> **Source data**
# # # # # # #
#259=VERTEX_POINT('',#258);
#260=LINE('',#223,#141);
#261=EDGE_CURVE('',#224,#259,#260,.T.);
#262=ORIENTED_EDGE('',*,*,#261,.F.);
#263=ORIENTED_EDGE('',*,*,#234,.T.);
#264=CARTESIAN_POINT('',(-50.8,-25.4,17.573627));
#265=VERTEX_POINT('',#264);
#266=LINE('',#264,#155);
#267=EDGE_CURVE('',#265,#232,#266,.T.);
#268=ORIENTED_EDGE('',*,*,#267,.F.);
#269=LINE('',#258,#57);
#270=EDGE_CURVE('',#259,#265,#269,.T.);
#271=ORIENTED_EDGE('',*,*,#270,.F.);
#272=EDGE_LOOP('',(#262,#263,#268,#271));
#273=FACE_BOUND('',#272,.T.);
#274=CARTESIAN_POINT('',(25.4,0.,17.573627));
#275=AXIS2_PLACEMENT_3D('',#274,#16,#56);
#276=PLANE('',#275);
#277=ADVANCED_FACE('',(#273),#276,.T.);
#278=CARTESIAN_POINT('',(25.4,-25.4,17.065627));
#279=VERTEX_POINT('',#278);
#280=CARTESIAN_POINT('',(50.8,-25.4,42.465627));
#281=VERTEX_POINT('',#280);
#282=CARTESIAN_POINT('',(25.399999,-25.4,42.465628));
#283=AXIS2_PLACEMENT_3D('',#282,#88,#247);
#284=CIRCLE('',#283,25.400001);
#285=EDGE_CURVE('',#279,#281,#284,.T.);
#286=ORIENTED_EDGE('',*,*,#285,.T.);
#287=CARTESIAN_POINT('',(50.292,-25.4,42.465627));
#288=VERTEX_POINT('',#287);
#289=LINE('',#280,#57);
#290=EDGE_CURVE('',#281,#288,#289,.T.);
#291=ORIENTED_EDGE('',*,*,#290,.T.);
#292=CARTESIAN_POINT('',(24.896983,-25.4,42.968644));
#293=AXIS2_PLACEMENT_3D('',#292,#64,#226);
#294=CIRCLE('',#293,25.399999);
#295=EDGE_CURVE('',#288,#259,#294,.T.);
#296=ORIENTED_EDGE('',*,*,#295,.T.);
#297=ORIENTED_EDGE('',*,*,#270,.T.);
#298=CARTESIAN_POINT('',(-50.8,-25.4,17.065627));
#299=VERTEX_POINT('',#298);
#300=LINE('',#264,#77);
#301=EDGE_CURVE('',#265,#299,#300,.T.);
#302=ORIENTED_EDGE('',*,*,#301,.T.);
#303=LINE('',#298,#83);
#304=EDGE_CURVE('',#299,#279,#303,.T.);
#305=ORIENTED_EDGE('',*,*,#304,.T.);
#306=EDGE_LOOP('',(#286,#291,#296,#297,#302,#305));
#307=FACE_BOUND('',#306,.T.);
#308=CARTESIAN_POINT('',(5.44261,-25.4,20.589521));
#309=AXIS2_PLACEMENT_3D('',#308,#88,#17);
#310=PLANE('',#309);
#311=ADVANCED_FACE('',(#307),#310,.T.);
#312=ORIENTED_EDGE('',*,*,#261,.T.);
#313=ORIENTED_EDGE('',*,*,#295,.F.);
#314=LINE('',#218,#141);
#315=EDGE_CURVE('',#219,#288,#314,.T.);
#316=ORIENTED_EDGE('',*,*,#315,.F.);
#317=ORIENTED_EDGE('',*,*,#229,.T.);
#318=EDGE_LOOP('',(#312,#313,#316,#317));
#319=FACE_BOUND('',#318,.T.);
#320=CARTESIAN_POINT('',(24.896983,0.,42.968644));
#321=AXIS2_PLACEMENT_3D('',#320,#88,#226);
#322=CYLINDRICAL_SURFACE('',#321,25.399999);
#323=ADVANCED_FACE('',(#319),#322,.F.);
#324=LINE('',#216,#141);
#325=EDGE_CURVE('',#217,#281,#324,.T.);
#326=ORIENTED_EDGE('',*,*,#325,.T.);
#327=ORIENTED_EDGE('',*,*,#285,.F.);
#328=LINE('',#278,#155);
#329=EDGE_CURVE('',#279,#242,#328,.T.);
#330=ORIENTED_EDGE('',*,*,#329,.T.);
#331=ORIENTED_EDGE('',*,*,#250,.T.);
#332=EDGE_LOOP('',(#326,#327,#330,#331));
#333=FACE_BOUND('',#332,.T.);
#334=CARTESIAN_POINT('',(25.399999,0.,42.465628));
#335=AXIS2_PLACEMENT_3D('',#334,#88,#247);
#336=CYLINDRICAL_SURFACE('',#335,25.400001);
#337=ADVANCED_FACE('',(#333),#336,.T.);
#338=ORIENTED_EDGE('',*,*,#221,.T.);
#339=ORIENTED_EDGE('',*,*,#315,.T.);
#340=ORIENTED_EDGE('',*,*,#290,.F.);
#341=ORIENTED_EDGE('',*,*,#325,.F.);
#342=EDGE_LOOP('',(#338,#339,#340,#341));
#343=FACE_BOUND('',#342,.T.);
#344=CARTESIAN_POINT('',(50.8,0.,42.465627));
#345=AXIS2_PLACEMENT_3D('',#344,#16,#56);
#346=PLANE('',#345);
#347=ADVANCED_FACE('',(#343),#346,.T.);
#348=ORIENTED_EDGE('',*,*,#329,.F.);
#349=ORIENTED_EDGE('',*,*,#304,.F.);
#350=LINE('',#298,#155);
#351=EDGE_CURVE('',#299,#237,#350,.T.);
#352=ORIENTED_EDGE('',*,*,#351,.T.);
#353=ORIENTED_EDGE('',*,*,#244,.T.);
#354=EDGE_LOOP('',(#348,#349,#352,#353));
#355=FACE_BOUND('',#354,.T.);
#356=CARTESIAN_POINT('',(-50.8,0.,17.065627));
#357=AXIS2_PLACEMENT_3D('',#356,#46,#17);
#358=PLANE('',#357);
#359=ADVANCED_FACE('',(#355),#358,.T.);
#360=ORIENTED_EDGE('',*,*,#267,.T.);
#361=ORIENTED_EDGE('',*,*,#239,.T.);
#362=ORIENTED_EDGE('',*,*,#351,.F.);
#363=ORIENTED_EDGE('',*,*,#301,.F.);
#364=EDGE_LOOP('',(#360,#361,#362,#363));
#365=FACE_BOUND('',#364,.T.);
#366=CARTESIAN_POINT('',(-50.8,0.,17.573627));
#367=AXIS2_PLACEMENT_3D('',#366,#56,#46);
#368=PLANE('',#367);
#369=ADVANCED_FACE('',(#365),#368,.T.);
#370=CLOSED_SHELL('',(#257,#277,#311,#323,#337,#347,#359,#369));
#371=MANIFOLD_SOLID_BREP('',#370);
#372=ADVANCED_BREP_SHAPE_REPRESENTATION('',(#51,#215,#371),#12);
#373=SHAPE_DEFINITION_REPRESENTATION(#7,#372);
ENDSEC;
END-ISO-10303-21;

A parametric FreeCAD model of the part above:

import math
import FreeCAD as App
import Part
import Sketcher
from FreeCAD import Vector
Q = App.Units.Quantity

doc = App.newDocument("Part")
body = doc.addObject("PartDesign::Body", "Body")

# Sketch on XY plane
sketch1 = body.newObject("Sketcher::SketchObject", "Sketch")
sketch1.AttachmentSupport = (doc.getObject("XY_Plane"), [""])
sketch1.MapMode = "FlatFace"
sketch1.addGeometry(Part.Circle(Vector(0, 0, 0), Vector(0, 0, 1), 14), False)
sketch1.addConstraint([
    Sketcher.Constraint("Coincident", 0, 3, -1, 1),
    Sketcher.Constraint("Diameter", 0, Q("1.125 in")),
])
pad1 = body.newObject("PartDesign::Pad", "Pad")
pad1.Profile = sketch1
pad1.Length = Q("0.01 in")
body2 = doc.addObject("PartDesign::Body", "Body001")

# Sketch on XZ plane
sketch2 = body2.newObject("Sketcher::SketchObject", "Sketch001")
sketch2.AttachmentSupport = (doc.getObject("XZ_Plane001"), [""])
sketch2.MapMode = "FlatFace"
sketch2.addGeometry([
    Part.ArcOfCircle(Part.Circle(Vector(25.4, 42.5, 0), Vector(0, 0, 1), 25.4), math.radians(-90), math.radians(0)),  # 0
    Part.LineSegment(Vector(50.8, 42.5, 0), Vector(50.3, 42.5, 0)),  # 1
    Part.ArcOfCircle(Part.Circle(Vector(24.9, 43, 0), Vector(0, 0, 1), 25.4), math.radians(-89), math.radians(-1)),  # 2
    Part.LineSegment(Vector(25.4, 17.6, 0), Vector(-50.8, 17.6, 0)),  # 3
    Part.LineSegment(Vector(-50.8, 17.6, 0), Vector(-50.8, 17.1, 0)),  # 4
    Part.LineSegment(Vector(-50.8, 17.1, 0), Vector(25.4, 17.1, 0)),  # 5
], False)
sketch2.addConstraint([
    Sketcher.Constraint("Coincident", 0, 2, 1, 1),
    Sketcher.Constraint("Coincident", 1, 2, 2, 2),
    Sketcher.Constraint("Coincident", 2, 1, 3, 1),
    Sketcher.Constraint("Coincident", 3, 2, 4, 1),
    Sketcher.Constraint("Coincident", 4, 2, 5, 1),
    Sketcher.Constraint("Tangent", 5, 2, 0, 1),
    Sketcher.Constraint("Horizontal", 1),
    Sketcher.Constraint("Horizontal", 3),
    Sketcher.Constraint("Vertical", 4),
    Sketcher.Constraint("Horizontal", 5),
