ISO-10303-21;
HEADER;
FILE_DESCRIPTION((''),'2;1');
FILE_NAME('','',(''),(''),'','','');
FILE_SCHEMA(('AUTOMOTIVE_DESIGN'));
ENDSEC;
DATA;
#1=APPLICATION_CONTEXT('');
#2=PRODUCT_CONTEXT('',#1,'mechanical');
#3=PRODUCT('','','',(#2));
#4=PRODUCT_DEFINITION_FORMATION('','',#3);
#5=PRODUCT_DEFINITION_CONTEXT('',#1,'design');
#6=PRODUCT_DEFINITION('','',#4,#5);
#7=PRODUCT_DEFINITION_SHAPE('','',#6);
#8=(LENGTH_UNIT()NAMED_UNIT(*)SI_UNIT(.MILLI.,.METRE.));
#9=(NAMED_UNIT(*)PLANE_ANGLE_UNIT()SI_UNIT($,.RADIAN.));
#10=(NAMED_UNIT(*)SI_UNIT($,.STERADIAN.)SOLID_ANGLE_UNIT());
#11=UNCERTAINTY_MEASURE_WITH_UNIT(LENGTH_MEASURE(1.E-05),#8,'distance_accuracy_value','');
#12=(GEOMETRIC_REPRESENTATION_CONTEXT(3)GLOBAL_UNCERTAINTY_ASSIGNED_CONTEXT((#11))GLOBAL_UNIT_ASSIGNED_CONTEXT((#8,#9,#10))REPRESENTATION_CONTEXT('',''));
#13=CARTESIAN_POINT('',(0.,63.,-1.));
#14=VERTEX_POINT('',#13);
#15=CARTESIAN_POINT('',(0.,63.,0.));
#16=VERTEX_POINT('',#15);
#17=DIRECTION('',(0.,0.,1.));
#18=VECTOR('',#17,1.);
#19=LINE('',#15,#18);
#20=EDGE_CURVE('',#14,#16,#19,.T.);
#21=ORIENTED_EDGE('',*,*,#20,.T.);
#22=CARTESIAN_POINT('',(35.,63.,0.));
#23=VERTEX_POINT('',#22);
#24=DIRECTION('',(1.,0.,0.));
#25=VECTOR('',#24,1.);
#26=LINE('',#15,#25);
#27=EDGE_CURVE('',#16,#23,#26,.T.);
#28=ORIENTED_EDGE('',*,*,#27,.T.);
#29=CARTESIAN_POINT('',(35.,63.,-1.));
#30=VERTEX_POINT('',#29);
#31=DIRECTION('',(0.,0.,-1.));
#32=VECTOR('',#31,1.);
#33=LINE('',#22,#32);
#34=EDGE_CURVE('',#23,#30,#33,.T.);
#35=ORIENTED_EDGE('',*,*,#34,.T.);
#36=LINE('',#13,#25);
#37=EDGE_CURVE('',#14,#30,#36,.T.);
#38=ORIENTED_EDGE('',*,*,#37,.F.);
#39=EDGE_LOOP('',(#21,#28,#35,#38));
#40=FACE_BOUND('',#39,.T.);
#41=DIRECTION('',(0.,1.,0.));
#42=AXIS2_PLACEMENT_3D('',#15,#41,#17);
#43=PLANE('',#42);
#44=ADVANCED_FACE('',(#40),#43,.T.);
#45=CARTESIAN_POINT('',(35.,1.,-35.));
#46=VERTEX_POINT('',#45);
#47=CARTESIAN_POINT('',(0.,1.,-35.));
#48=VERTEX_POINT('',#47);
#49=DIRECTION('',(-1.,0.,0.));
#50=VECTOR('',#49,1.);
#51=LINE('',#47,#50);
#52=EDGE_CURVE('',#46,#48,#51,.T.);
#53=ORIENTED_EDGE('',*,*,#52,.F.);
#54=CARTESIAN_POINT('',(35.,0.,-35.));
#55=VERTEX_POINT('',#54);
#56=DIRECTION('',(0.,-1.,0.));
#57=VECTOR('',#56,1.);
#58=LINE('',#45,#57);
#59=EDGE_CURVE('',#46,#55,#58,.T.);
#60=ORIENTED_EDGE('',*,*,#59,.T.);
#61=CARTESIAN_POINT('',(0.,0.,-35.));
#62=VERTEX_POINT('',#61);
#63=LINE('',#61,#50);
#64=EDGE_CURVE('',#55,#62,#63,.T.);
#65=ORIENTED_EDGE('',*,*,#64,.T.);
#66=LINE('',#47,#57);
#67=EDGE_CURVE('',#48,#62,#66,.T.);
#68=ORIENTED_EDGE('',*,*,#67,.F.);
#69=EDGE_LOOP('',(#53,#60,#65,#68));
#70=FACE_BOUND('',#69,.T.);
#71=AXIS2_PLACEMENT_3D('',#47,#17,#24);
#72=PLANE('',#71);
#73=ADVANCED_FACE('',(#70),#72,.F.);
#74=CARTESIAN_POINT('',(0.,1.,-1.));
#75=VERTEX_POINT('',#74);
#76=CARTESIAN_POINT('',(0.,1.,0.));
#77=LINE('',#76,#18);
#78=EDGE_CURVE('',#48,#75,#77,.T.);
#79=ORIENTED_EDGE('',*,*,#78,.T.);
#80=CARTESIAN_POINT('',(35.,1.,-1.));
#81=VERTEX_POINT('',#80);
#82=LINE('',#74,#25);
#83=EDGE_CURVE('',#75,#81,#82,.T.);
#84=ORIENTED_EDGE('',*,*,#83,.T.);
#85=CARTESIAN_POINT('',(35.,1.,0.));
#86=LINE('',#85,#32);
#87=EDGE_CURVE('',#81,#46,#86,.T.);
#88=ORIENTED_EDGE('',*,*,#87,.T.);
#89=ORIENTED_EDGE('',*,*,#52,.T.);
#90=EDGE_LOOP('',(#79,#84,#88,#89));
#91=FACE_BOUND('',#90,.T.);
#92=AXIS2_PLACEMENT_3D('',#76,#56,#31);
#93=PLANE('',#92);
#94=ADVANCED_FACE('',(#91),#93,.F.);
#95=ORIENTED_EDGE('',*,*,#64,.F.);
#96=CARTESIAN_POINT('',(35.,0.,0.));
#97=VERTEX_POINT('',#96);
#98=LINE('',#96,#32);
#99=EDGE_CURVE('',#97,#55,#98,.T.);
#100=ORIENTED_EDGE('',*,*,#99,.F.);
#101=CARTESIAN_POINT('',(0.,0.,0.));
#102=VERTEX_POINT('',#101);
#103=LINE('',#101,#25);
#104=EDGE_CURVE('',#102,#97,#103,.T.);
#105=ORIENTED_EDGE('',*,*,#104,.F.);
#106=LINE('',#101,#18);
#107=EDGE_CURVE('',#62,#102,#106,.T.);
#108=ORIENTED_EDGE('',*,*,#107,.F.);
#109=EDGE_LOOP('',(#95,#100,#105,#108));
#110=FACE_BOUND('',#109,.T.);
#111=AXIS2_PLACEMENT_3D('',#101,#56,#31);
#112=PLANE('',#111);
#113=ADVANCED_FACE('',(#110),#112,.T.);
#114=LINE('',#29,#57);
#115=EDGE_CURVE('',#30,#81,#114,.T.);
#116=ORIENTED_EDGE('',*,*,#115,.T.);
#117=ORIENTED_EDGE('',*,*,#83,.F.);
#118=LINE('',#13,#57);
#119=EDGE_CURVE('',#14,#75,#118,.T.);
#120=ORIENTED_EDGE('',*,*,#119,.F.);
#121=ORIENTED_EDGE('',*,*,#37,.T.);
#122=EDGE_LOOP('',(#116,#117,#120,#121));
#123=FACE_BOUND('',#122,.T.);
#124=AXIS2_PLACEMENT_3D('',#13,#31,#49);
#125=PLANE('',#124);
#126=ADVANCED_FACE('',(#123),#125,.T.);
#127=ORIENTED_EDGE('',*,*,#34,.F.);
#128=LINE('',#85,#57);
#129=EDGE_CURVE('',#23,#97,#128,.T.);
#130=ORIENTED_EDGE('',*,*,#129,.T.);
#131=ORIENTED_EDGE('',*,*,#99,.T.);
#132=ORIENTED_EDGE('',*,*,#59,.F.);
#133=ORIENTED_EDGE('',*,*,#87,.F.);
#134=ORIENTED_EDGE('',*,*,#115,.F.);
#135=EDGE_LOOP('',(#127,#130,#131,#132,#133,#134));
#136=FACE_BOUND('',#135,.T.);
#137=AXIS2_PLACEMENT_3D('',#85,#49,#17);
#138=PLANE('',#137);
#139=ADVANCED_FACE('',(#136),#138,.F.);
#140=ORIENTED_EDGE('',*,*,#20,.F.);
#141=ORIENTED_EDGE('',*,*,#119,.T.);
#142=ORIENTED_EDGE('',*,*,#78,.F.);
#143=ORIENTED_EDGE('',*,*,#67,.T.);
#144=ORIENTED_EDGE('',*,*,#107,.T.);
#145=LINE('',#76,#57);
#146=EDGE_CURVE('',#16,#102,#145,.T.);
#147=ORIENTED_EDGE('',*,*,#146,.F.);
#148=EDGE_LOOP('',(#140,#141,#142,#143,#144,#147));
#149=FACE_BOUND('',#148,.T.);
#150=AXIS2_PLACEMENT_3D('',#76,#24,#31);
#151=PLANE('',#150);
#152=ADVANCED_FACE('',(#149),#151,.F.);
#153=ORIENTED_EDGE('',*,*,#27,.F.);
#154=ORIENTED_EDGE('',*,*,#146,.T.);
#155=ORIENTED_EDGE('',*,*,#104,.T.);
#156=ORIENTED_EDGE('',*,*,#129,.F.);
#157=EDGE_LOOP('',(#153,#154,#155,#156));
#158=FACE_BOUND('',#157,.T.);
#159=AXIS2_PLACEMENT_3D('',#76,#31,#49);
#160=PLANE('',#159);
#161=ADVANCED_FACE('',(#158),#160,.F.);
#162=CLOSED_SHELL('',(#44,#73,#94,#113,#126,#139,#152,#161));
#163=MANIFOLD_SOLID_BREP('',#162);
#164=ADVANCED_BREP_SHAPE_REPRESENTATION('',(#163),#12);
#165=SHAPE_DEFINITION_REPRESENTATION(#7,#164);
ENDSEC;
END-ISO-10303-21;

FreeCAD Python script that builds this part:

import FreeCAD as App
import Part
import Sketcher

V = App.Vector
Q = App.Units.Quantity

doc = App.newDocument("Part")
body = doc.addObject("PartDesign::Body", "Body")

# Sketch on XZ plane
sketch1 = body.newObject("Sketcher::SketchObject", "Sketch")
sketch1.AttachmentSupport = (doc.getObject("XZ_Plane"), [""])
sketch1.MapMode = "FlatFace"
sketch1.addGeometry([
    Part.LineSegment(V(0, -35, 0), V(0, 0, 0)),
    Part.LineSegment(V(0, 0, 0), V(35, 0, 0)),
    Part.LineSegment(V(35, 0, 0), V(35, -35, 0)),
    Part.LineSegment(V(35, -35, 0), V(0, -35, 0)),
], False)
sketch1.addConstraint([
    Sketcher.Constraint("Coincident", 0, 2, 1, 1),
    Sketcher.Constraint("Coincident", 1, 2, 2, 1),
    Sketcher.Constraint("Coincident", 2, 2, 3, 1),
    Sketcher.Constraint("Coincident", 3, 2, 0, 1),
    Sketcher.Constraint("Vertical", 0),
    Sketcher.Constraint("Horizontal", 1),
    Sketcher.Constraint("Vertical", 2),
    Sketcher.Constraint("Horizontal", 3),
    Sketcher.Constraint("Coincident", 0, 2, -1, 1),
    Sketcher.Constraint("Equal", 3, 0),
    Sketcher.Constraint("DistanceX", 1, 1, 1, 2, Q("35 mm")),
])
pad1 = body.newObject("PartDesign::Pad", "Pad")
pad1.Profile = sketch1
pad1.Length = 1
pad1.Reversed = True

# Sketch on XZ plane
sketch2 = body.newObject("Sketcher::SketchObject", "Sketch001")
sketch2.AttachmentSupport = (doc.getObject("XZ_Plane"), [""])
sketch2.MapMode = "FlatFace"
sketch2.AttachmentOffset = App.Placement(V(0, 0, -1), App.Rotation())
sketch2.addGeometry([
    Part.LineSegment(V(0, -1, 0), V(0, 0, 0)),
    Part.LineSegment(V(0, 0, 0), V(35, 0, 0)),
    Part.LineSegment(V(35, 0, 0), V(35, -1, 0)),
    Part.LineSegment(V(35, -1, 0), V(0, -1, 0)),
], False)
sketch2.addConstraint([
    Sketcher.Constraint("Coincident", 0, 2, 1, 1),
    Sketcher.Constraint("Coincident", 1, 2, 2, 1),
    Sketcher.Constraint("Coincident", 2, 2, 3, 1),
    Sketcher.Constraint("Coincident", 3, 2, 0, 1),
    Sketcher.Constraint("Vertical", 0),
    Sketcher.Constraint("Horizontal", 1),
    Sketcher.Constraint("Vertical", 2),
    Sketcher.Constraint("Horizontal", 3),
    Sketcher.Constraint("Coincident", 0, 2, -1, 1),
    Sketcher.Constraint("DistanceX", 1, 1, 1, 2, Q("35 mm")),
    Sketcher.Constraint("DistanceY", 0, 1, 0, 2, Q("1 mm")),
])
pad2 = body.newObject("PartDesign::Pad", "Pad001")
pad2.Profile = sketch2
pad2.Length = 62
pad2.Reversed = True

doc.recompute()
# # # # # # #
> **Task description**
Please reproduce, exactly as they appear above, the lines from the line containing "#344=CARTESIAN_POINT('',(50.8,0.,42.465627));" up to and including the line containing "import math".

> **Result below**
#344=CARTESIAN_POINT('',(50.8,0.,42.465627));
#345=AXIS2_PLACEMENT_3D('',#344,#16,#56);
#346=PLANE('',#345);
#347=ADVANCED_FACE('',(#343),#346,.T.);
#348=ORIENTED_EDGE('',*,*,#329,.F.);
#349=ORIENTED_EDGE('',*,*,#304,.F.);
#350=LINE('',#298,#155);
#351=EDGE_CURVE('',#299,#237,#350,.T.);
#352=ORIENTED_EDGE('',*,*,#351,.T.);
#353=ORIENTED_EDGE('',*,*,#244,.T.);
#354=EDGE_LOOP('',(#348,#349,#352,#353));
#355=FACE_BOUND('',#354,.T.);
#356=CARTESIAN_POINT('',(-50.8,0.,17.065627));
#357=AXIS2_PLACEMENT_3D('',#356,#46,#17);
#358=PLANE('',#357);
#359=ADVANCED_FACE('',(#355),#358,.T.);
#360=ORIENTED_EDGE('',*,*,#267,.T.);
#361=ORIENTED_EDGE('',*,*,#239,.T.);
#362=ORIENTED_EDGE('',*,*,#351,.F.);
#363=ORIENTED_EDGE('',*,*,#301,.F.);
#364=EDGE_LOOP('',(#360,#361,#362,#363));
#365=FACE_BOUND('',#364,.T.);
#366=CARTESIAN_POINT('',(-50.8,0.,17.573627));
#367=AXIS2_PLACEMENT_3D('',#366,#56,#46);
#368=PLANE('',#367);
#369=ADVANCED_FACE('',(#365),#368,.T.);
#370=CLOSED_SHELL('',(#257,#277,#311,#323,#337,#347,#359,#369));
#371=MANIFOLD_SOLID_BREP('',#370);
#372=ADVANCED_BREP_SHAPE_REPRESENTATION('',(#51,#215,#371),#12);
#373=SHAPE_DEFINITION_REPRESENTATION(#7,#372);
ENDSEC;
END-ISO-10303-21;

A parametric FreeCAD model of the part above:

import math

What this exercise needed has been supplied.